クリームたっぷりでトロけるチョコレート。
美味すぎて泣きそう。
「テラ、付いてるぞ」
殿下の小さな指が伸びてきた、俺の頬に付いたクリームを拭った。
まさか、殿下の前で失礼をしてしまったと慌てたが、殿下はそれをパクっと口に入れた。
「……甘い」
昼下がりの日差しは柔らかくて暖かい。
パンの上に伸びたバターみたいに、まったりとキラキラ輝きながら、殿下は笑っていた。
前言撤回。
この子、ツンデレじゃなくて魔性だわ。
まさか十歳の子供相手に恥ずかしくて真っ赤になっている俺を見て、殿下はおかしそうにケラケラと笑い続けた。
そんなよく分からない、謎の甘い空気が流れる空間にノックの音が響いた。
「失礼します。

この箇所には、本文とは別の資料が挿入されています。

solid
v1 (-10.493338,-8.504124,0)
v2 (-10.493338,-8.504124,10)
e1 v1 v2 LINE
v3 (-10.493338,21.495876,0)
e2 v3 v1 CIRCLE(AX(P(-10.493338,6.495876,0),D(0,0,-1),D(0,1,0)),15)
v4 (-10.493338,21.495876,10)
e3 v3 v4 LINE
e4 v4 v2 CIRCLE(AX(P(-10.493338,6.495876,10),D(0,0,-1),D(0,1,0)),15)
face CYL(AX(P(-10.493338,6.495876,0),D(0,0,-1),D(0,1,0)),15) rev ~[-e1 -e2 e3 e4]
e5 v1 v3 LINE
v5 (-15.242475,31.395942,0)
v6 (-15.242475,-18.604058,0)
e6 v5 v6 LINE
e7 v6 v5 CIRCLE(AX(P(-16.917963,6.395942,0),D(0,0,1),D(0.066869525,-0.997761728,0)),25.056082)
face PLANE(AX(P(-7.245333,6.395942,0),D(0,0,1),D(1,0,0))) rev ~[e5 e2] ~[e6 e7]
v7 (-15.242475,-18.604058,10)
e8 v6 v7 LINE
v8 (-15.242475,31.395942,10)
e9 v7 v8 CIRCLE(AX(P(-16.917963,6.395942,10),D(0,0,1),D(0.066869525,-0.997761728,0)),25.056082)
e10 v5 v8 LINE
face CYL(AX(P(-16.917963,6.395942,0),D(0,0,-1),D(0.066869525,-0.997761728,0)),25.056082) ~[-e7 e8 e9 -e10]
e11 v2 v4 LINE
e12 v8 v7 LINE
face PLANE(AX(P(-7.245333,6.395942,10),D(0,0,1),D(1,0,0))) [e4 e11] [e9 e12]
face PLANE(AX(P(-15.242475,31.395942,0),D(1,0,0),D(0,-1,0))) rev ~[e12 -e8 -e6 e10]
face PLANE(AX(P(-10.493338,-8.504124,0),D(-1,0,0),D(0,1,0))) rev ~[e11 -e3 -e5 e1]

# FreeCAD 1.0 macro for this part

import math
import FreeCAD as App
import Part
import Sketcher

doc = App.newDocument("Part")
body = doc.addObject("PartDesign::Body", "Body")

sketch1 = body.newObject("Sketcher::SketchObject", "Sketch")
sketch1.AttachmentSupport = (doc.getObject("XY_Plane"), [""])
sketch1.MapMode = "FlatFace"
sketch1.addGeometry([
    Part.ArcOfCircle(Part.Circle(App.Vector(-17, 6, 0), App.Vector(0, 0, 1), 25), math.radians(-86), math.radians(86)),
    Part.LineSegment(App.Vector(-15, 31, 0), App.Vector(-15, -19, 0)),
    Part.ArcOfCircle(Part.Circle(App.Vector(-10, 6, 0), App.Vector(0, 0, 1), 15), math.radians(-90), math.radians(90)),
    Part.LineSegment(App.Vector(-10, -9, 0), App.Vector(-10, 21, 0)),
], False)
sketch1.addConstraint([
    Sketcher.Constraint("Coincident", 0, 1, 1, 2),
    Sketcher.Constraint("Coincident", 1, 1, 0, 2),
    Sketcher.Constraint("Coincident", 2, 1, 3, 1),
    Sketcher.Constraint("Coincident", 3, 2, 2, 2),
    Sketcher.Constraint("Vertical", 1),
    Sketcher.Constraint("Vertical", 3),
    Sketcher.Constraint("Radius", 2, 15.0),
    Sketcher.Constraint("DistanceY", 1, 2, 1, 1, 50.0),
    Sketcher.Constraint("Radius", 0, 25.056082),
    Sketcher.Constraint("DistanceY", -1, 1, 0, 3, 6.395942),
    Sketcher.Constraint("DistanceX", 0, 3, -1, 1, 16.917963),
    Sketcher.Constraint("DistanceX", 2, 3, -1, 1, 10.493338),
    Sketcher.Constraint("DistanceY", -1, 1, 2, 3, 6.495876),
    Sketcher.Constraint("DistanceX", 2, 1, -1, 1, 10.493338),
])
pad1 = body.newObject("PartDesign::Pad", "Pad")
pad1.Profile = sketch1
pad1.Length = 10

doc.recompute()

ルナリス殿下、お客様をお連れしました」
まず侍従長が部屋に入ってきて、続いて大柄な男性と殿下と同じくらいの歳の子供が入ってきた。
「ルナリス殿下、先日ご挨拶させていただきありがとうございます。ぜひうちの息子を遊び相手にというお話で、陛下からも許可をいただきまして今日は連れてまいりました」
親子は立派な服に身を包み堂々とした雰囲気で、明らかに高貴な身分だと分かった。
皇族に取り入りたい父親が、同年代の息子を今のうちから仲良くさせておこうというよくある話だ。
さすがに相手が子供なら、殿下も打ち解けた態度になるかなと思って見たら、殿下の顔は明らかに強張っていた。
「……殿下、先日の謁見の際に、私はご挨拶させていただいたのですが……もしかして……」
何も言わない殿下に、父親の方が困った顔になって話しかけてきた。
「……ああ、覚えている。悪いが今は体調が優れない」
「それは…、申し訳ございません! でっ…ではまた、体調のよろしい時に。いつでもご連絡ください」
眉間に皺を寄せて機嫌が悪そうな殿下の様子に、親子は慌てて頭を下げて侍従長と部屋を出て行った。
少し前まで元気だったし、機嫌も良さそうだったのにどうしたのだろうかと俺は首を傾げた。
「せっかく来ていただいたのですから、一応手紙を書いておきましょうか。先程の方達はどなたですか?」
今まで引きこもり状態だった俺は、貴族になんて詳しくないので名前が分からない。
殿下にちゃんと確認してから侍従として手紙を代筆しようとしたら殿下は悲痛な顔になって口元を両手で押さえた。
「……知らない、いや…分からない」
「殿下?」
「分からないんだ……」
見間違いかと思って瞬きしてから息を呑んだ。
殿下の目からぽろぽろと涙が溢れていた。
透き通った美しい紫の瞳から止めどなく滴が流れていくのを、俺は言葉を失って呆然としながら見ていた。